The calculator is intentionally narrow: it solves the standard horizontal-launch kinematics with constant gravity and no air resistance.

What changes the time of flight, horizontal range, and impact speed this calculator returns, and what it cannot capture.

• • The calculator assumes no air resistance and a flat landing surface, so it does not capture draggy objects where drag dominates gravity.
• • The gravity input is treated as constant, which is a good approximation for short flights near Earth's surface but breaks down for long horizontal launches where Earth's curvature or the Coriolis effect matters.
• • The max height output equals the initial height because the launch is horizontal with no upward initial velocity.

According to HyperPhysics, the horizontal range for a projectile launched from height h with horizontal speed v₀ is R = v₀ * sqrt(2h/g) and the impact speed is |V| = sqrt(v₀² + 2gh), which the calculator evaluates directly from the same three inputs.
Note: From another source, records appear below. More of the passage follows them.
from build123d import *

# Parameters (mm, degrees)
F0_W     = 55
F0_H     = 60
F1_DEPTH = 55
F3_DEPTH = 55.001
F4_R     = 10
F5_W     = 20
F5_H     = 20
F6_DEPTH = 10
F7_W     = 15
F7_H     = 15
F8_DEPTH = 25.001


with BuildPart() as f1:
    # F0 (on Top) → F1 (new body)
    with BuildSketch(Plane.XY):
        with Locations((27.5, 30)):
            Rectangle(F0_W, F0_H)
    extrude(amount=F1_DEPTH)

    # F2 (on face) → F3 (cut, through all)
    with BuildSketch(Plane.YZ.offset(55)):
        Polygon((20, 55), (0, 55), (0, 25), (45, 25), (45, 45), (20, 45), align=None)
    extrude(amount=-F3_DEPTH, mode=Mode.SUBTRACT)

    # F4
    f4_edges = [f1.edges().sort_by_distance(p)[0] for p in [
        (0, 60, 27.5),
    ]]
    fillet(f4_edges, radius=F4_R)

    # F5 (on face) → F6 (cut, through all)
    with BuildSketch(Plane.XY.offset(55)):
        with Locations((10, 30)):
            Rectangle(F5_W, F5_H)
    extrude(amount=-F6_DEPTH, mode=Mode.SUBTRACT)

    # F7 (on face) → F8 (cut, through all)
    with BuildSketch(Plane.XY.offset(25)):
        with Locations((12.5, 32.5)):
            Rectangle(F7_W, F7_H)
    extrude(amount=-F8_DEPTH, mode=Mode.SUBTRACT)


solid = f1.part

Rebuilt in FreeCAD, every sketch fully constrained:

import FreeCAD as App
import Part
import Sketcher

V = App.Vector
Q = App.Units.Quantity


def edges_at(feature, points):
    """Names of the edges that pass closest to the given points."""
    edges = feature.Shape.Edges
    near = lambda p: min(range(len(edges)), key=lambda i: edges[i].distToShape(Part.Vertex(*p))[0])
    return sorted({f"Edge{near(p) + 1}" for p in points})

doc = App.newDocument("Part")
params = doc.addObject("Spreadsheet::Sheet", "Params")
for row, (alias, value) in enumerate([
    ("sketch1_width", "55 mm"),
    ("sketch1_height", "60 mm"),
    ("pad1_length", "55 mm"),
    ("sketch2_width", "20 mm"),
    ("sketch2_width2", "45 mm"),
    ("sketch2_height", "30 mm"),
    ("fillet_radius", "10 mm"),
    ("sketch3_width", "20 mm"),
    ("pocket2_length", "10 mm"),
    ("sketch4_width", "15 mm"),
], start=1):
    params.set(f"A{row}", alias)
    params.set(f"B{row}", "=" + value)
    params.setAlias(f"B{row}", alias)

body = doc.addObject("PartDesign::Body", "Body")

sketch1 = doc.addObject("Sketcher::SketchObject", "Sketch")
body.addObject(sketch1)
sketch1.AttachmentSupport = (doc.XY_Plane, [""])
sketch1.MapMode = "FlatFace"
sketch1.addGeometry([
    Part.LineSegment(V(0, 60, 0), V(0, 0, 0)),
    Part.LineSegment(V(0, 0, 0), V(55, 0, 0)),
    Part.LineSegment(V(55, 0, 0), V(55, 60, 0)),
    Part.LineSegment(V(55, 60, 0), V(0, 60, 0)),
], False)
sketch1.addConstraint([
    Sketcher.Constraint("Coincident", 0, 2, 1, 1),
    Sketcher.Constraint("Coincident", 1, 2, 2, 1),
    Sketcher.Constraint("Coincident", 2, 2, 3, 1),
    Sketcher.Constraint("Coincident", 3, 2, 0, 1),
    Sketcher.Constraint("Vertical", 0),
    Sketcher.Constraint("Horizontal", 1),
    Sketcher.Constraint("Vertical", 2),
    Sketcher.Constraint("Horizontal", 3),
    Sketcher.Constraint("Coincident", 0, 2, -1, 1),
    Sketcher.Constraint("DistanceX", 1, 1, 1, 2, Q("55 mm")),
    Sketcher.Constraint("DistanceY", 0, 2, 0, 1, Q("60 mm")),
])
sketch1.setExpression("Constraints[9]", "Params.sketch1_width")
sketch1.setExpression("Constraints[10]", "Params.sketch1_height")
pad1 = doc.addObject("PartDesign::Pad", "Pad")
body.addObject(pad1)
pad1.Profile = sketch1
pad1.setExpression("Length", "Params.pad1_length")

sketch2 = doc.addObject("Sketcher::SketchObject", "Sketch001")
body.addObject(sketch2)
sketch2.AttachmentSupport = (doc.YZ_Plane, [""])
sketch2.MapMode = "FlatFace"
sketch2.AttachmentOffset = App.Placement(V(0, 0, 55), App.Rotation())
sketch2.addGeometry([
    Part.LineSegment(V(20, 55, 0), V(0, 55, 0)),
    Part.LineSegment(V(0, 55, 0), V(0, 25, 0)),
    Part.LineSegment(V(0, 25, 0), V(45, 25, 0)),
    Part.LineSegment(V(45, 25, 0), V(45, 45, 0)),
    Part.LineSegment(V(45, 45, 0), V(20, 45, 0)),
    Part.LineSegment(V(20, 45, 0), V(20, 55, 0)),
], False)
sketch2.addConstraint([
    Sketcher.Constraint("Coincident", 0, 2, 1, 1),
    Sketcher.Constraint("Coincident", 1, 2, 2, 1),
    Sketcher.Constraint("Coincident", 2, 2, 3, 1),
    Sketcher.Constraint("Coincident", 3, 2, 4, 1),
    Sketcher.Constraint("Coincident", 4, 2, 5, 1),
    Sketcher.Constraint("Coincident", 5, 2, 0, 1),
    Sketcher.Constraint("Horizontal", 0),
    Sketcher.Constraint("Vertical", 1),
    Sketcher.Constraint("Horizontal", 2),
    Sketcher.Constraint("Vertical", 3),
    Sketcher.Constraint("Horizontal", 4),
    Sketcher.Constraint("Vertical", 5),
    Sketcher.Constraint("PointOnObject", 0, 2, -2),
    Sketcher.Constraint("Equal", 0, 3),
    Sketcher.Constraint("DistanceX", 0, 2, 0, 1, Q("20 mm")),
    Sketcher.Constraint("DistanceX", 2, 1, 2, 2, Q("45 mm")),
    Sketcher.Constraint("DistanceY", 1, 2, 1, 1, Q("30 mm")),
    Sketcher.Constraint("DistanceY", -1, 1, 0, 2, Q("55 mm")),
])
sketch2.setExpression("Constraints[14]", "Params.sketch2_width")
sketch2.setExpression("Constraints[15]", "Params.sketch2_width2")
sketch2.setExpression("Constraints[16]", "Params.sketch2_height")
pocket1 = doc.addObject("PartDesign::Pocket", "Pocket")
body.addObject(pocket1)
pocket1.Profile = sketch2
pocket1.Type = "ThroughAll"
doc.recompute()

fillet = doc.addObject("PartDesign::Fillet", "Fillet")
body.addObject(fillet)
fillet.Base = (pocket1, edges_at(pocket1, [(0, 60, 27.5)]))
fillet.setExpression("Radius", "Params.fillet_radius")

sketch3 = doc.addObject("Sketcher::SketchObject", "Sketch002")
body.addObject(sketch3)
sketch3.AttachmentSupport = (doc.XY_Plane, [""])
sketch3.MapMode = "FlatFace"
sketch3.AttachmentOffset = App.Placement(V(0, 0, 55), App.Rotation())
sketch3.addGeometry([
    Part.LineSegment(V(0, 40, 0), V(0, 20, 0)),
    Part.LineSegment(V(0, 20, 0), V(20, 20, 0)),
    Part.LineSegment(V(20, 20, 0), V(20, 40, 0)),
    Part.LineSegment(V(20, 40, 0), V(0, 40, 0)),
], False)
sketch3.addConstraint([
    Sketcher.Constraint("Coincident", 0, 2, 1, 1),
    Sketcher.Constraint("Coincident", 1, 2, 2, 1),
    Sketcher.Constraint("Coincident", 2, 2, 3, 1),
    Sketcher.Constraint("Coincident", 3, 2, 0, 1),
    Sketcher.Constraint("Vertical", 0),
    Sketcher.Constraint("Horizontal", 1),
    Sketcher.Constraint("Vertical", 2),
    Sketcher.Constraint("Horizontal", 3),
    Sketcher.Constraint("PointOnObject", 0, 2, -2),
    Sketcher.Constraint("Equal", 3, 0),
    Sketcher.Constraint("DistanceX", 1, 1, 1, 2, Q("20 mm")),
    Sketcher.Constraint("DistanceY", -1, 1, 0, 2, Q("20 mm")),
])
sketch3.setExpression("Constraints[10]", "Params.sketch3_width")
pocket2 = doc.addObject("PartDesign::Pocket", "Pocket001")
body.addObject(pocket2)
pocket2.Profile = sketch3
pocket2.setExpression("Length", "Params.pocket2_length")

sketch4 = doc.addObject("Sketcher::SketchObject", "Sketch003")
body.addObject(sketch4)
sketch4.AttachmentSupport = (doc.XY_Plane, [""])
sketch4.MapMode = "FlatFace"
sketch4.AttachmentOffset = App.Placement(V(0, 0, 25), App.Rotation())
sketch4.addGeometry([
    Part.LineSegment(V(5, 40, 0), V(5, 25, 0)),
    Part.LineSegment(V(5, 25, 0), V(20, 25, 0)),
    Part.LineSegment(V(20, 25, 0), V(20, 40, 0)),
    Part.LineSegment(V(20, 40, 0), V(5, 40, 0)),
], False)
sketch4.addConstraint([
    Sketcher.Constraint("Coincident", 0, 2, 1, 1),
    Sketcher.Constraint("Coincident", 1, 2, 2, 1),
    Sketcher.Constraint("Coincident", 2, 2, 3, 1),
    Sketcher.Constraint("Coincident", 3, 2, 0, 1),
    Sketcher.Constraint("Vertical", 0),
    Sketcher.Constraint("Horizontal", 1),
    Sketcher.Constraint("Vertical", 2),
    Sketcher.Constraint("Horizontal", 3),
    Sketcher.Constraint("Equal", 3, 0),
    Sketcher.Constraint("DistanceX", 1, 1, 1, 2, Q("15 mm")),
    Sketcher.Constraint("DistanceX", -1, 1, 0, 2, Q("5 mm")),
    Sketcher.Constraint("DistanceY", -1, 1, 0, 2, Q("25 mm")),
])
sketch4.setExpression("Constraints[9]", "Params.sketch4_width")
pocket3 = doc.addObject("PartDesign::Pocket", "Pocket002")
body.addObject(pocket3)
pocket3.Profile = sketch4
pocket3.Type = "ThroughAll"

doc.recompute()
According to HyperPhysics - Projectile Motion (Horizontal Launch), for a projectile launched horizontally with speed v0 from height h, the horizontal range is R = v0 * sqrt(2h/g) and the impact speed is |V| = sqrt(v0^2 + 2gh).

According to Wikipedia - Projectile motion, in the idealised model of projectile motion, horizontal and vertical motions are independent, so a horizontally launched projectile keeps its horizontal speed constant while gravity accelerates it downward at g m/s^2.

To compare the launch kinetic energy against the impact kinetic energy and account for gravity as you fall, the Work-Energy-Power Calculator uses the same v₀ and impact speed in its energy equations.